The accuracy of OpenAI’s recently released AI models has been found to be lower than previous models, according to a report by the American IT news outlet TechCrunch on the 18th (local time).
OpenAI tested its new models ‘o3’ and ‘o4-mini’ to determine how accurately they answer questions about people. The test used an internal standard called ‘PersonQA’, which measures knowledge of basic information about celebrities or public figures. For instance, questions like “What was the first company founded by Steve Jobs?” fall into this category.

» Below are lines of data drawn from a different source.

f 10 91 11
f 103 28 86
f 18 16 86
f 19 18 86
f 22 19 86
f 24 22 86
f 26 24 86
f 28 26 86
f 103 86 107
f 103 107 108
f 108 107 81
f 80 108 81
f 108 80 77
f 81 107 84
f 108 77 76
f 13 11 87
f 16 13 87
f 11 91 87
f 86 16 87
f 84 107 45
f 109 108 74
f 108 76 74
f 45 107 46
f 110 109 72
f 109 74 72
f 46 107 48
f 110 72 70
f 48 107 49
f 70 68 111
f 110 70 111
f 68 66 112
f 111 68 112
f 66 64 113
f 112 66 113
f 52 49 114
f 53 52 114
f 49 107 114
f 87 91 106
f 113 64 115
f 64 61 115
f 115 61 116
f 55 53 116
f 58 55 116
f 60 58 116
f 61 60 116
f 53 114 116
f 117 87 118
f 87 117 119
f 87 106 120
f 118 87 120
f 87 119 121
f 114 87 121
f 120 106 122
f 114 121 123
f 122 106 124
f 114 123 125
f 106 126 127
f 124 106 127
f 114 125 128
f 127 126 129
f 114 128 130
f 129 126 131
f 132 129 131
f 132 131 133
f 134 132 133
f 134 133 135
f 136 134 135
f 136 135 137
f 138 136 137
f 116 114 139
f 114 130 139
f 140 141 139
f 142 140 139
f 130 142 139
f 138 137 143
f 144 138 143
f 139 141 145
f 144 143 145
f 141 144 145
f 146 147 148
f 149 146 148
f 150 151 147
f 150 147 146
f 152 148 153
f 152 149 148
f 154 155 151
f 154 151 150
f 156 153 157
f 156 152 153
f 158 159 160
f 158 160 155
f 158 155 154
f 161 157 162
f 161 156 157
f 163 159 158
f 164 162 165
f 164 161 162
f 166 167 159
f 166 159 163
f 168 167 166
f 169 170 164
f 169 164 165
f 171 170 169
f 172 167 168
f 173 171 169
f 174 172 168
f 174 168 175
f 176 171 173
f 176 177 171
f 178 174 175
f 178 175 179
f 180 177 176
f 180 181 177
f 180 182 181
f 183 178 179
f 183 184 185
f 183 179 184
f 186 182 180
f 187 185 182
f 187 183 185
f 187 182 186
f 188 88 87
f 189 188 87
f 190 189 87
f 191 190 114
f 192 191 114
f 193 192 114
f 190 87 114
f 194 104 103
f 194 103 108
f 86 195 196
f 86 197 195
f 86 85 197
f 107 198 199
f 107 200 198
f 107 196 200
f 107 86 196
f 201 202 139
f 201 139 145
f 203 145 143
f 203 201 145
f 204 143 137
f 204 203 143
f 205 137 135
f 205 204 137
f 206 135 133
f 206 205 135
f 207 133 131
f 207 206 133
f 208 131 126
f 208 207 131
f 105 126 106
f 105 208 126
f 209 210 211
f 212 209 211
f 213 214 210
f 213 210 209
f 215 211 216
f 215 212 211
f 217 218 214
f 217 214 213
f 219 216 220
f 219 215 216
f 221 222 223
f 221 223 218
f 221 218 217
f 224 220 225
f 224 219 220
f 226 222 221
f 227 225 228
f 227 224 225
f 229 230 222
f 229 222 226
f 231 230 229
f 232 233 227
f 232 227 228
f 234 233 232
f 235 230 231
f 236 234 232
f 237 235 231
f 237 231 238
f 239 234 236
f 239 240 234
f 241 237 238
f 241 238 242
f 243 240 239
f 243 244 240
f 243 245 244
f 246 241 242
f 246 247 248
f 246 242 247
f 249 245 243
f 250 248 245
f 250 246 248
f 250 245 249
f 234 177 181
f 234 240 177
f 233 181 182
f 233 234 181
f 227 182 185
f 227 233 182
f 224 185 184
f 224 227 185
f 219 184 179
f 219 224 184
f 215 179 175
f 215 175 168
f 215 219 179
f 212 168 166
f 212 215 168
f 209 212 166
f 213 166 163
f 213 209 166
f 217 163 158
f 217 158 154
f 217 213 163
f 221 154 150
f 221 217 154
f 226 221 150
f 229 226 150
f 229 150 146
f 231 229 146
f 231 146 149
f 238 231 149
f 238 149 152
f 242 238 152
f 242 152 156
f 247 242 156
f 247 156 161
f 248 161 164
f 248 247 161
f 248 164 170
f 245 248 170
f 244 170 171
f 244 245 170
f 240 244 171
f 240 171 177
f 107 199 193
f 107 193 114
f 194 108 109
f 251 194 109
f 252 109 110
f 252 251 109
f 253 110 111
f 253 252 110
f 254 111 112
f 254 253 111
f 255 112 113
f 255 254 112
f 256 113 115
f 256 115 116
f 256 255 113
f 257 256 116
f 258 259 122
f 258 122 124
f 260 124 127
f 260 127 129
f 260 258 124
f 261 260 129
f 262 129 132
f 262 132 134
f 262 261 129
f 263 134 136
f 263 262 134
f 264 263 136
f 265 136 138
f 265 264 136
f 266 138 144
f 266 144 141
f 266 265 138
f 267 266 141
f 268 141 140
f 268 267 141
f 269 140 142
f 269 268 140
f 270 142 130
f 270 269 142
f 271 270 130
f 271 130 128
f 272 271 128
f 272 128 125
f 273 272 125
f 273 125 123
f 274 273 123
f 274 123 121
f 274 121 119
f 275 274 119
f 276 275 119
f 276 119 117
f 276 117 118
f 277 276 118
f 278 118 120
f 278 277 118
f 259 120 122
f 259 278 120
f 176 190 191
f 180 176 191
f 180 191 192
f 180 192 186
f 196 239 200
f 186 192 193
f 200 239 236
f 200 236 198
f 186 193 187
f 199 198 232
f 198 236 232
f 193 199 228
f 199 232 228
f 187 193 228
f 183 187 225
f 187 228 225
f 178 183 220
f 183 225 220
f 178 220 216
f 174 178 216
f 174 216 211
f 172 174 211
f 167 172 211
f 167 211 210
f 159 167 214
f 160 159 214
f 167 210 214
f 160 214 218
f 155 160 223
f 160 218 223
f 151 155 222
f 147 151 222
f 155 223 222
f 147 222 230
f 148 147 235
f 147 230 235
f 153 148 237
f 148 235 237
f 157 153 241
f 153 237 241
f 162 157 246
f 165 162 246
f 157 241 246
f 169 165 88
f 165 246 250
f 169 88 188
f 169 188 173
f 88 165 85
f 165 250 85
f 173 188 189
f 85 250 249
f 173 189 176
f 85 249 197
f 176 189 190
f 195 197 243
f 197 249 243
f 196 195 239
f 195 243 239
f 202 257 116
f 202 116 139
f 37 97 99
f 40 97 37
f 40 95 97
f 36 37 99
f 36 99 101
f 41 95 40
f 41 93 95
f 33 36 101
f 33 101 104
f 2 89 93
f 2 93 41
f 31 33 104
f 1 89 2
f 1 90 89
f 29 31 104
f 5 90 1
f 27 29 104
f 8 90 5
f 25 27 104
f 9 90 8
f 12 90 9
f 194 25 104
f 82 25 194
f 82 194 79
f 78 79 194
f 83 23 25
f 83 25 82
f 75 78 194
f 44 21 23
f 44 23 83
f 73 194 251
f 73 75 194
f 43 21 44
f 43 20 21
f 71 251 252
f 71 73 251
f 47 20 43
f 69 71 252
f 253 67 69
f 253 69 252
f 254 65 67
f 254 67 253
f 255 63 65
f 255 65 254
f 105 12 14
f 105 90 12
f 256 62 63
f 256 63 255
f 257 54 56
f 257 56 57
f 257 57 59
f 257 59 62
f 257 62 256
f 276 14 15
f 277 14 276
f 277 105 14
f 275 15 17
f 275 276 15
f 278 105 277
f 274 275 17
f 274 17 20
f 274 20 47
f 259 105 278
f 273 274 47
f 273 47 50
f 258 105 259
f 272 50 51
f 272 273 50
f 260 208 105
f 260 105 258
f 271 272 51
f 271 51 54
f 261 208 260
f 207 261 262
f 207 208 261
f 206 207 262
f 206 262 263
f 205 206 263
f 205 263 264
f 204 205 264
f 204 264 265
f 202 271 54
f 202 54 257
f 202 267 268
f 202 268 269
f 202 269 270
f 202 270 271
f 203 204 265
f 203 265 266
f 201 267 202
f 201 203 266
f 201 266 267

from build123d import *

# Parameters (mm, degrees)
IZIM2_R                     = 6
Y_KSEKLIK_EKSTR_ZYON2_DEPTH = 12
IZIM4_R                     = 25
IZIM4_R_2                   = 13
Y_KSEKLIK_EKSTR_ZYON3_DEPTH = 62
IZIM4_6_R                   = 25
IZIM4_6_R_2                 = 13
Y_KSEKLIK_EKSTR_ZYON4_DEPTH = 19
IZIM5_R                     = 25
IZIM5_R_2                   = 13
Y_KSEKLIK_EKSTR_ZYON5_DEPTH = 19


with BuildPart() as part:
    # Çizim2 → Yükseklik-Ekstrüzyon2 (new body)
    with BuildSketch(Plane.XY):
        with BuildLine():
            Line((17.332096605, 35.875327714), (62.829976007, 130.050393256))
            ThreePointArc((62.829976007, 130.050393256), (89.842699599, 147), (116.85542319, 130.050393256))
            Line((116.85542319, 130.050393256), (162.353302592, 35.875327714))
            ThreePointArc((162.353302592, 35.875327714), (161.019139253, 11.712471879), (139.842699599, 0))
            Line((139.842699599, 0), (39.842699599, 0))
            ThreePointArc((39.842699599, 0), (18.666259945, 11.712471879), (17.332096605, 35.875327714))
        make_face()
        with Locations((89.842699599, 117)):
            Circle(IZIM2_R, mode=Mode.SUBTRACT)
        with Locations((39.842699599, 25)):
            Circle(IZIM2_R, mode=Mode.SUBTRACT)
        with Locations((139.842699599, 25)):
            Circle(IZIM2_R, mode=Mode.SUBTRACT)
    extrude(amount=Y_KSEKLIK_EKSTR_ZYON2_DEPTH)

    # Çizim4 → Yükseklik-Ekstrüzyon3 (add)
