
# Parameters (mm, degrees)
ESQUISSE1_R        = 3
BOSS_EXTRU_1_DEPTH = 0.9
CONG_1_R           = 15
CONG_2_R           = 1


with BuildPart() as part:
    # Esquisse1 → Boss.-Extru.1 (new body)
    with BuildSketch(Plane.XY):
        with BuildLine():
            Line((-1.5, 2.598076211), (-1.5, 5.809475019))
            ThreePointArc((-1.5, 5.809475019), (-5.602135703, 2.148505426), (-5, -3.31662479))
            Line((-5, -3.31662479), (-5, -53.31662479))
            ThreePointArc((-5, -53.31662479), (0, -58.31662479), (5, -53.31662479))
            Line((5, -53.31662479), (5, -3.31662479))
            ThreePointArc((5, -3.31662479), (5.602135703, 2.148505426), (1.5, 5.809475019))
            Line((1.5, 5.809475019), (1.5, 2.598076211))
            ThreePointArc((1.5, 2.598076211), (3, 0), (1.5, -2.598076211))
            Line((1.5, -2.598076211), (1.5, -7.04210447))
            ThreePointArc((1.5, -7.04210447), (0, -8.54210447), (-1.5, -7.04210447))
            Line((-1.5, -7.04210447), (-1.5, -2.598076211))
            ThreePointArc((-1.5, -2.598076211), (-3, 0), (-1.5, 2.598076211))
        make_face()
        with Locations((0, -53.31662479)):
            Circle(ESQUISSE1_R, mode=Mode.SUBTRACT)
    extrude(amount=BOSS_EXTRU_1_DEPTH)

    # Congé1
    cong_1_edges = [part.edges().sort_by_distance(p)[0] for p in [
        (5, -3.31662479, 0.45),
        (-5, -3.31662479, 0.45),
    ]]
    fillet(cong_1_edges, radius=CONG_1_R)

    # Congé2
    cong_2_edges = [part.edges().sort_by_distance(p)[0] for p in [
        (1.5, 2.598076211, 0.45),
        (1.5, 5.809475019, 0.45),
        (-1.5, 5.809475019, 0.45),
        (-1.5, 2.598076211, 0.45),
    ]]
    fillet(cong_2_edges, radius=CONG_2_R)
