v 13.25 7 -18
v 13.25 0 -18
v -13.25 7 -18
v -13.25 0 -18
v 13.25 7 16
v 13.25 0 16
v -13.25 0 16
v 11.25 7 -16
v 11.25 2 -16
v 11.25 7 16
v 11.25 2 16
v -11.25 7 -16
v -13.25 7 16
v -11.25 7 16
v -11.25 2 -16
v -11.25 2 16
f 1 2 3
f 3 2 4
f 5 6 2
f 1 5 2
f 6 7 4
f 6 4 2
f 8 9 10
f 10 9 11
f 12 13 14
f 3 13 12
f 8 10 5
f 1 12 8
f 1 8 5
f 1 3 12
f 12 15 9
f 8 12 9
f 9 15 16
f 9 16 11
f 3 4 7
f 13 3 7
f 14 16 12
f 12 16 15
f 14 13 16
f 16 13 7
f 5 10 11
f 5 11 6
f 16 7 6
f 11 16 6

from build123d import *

# Parameters (mm, degrees)
SKETCH1_W           = 22.5
SKETCH1_H           = 32
BOSS_EXTRUDE1_DEPTH = 2
BOSS_EXTRUDE3_START = -2
BOSS_EXTRUDE3_DEPTH = 7


with BuildPart() as part:
    # Sketch1 → Boss-Extrude1 (new body)
    with BuildSketch(Plane(origin=(0, 0, 0), x_dir=(1, 0, 0), z_dir=(0, 1, 0))):
        Rectangle(SKETCH1_W, SKETCH1_H)
    extrude(amount=BOSS_EXTRUDE1_DEPTH)

    # Sketch3 → Boss-Extrude3 (add)
    with BuildSketch(Plane(origin=(0, 2, 0), x_dir=(1, 0, 0), z_dir=(0, 1, 0)).offset(BOSS_EXTRUDE3_START)):
        Polygon((-11.25, -16), (-11.25, 16), (11.25, 16), (11.25, -16), (13.25, -16), (13.25, 18), (-13.25, 18), (-13.25, -16), align=None)
    extrude(amount=BOSS_EXTRUDE3_DEPTH)


solid = part.part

The results were unexpected. The o3 model provided incorrect information for 33% of all questions asked. This equates to one in every three questions receiving a wrong answer. The hallucination rate of o3 was nearly double that of previous models like o1 (16%) and o3-mini (14.8%). The o4-mini model answered nearly half (48%) of the questions incorrectly.
There were also instances where the AI claimed to have performed actions it did not. Non-profit AI research institution Transluce revealed a case where o3 stated, “I executed code on a 2021 MacBook Pro outside of ChatGPT and copied the results,” but actually, the o3 model cannot execute code directly on a computer. It was claiming to have done something it did not do.
OpenAI has stated that it is unclear why the hallucination rate has increased. They explained that the new models attempt to convey more information than before, resulting in more correct information, but also an increase in incorrect information.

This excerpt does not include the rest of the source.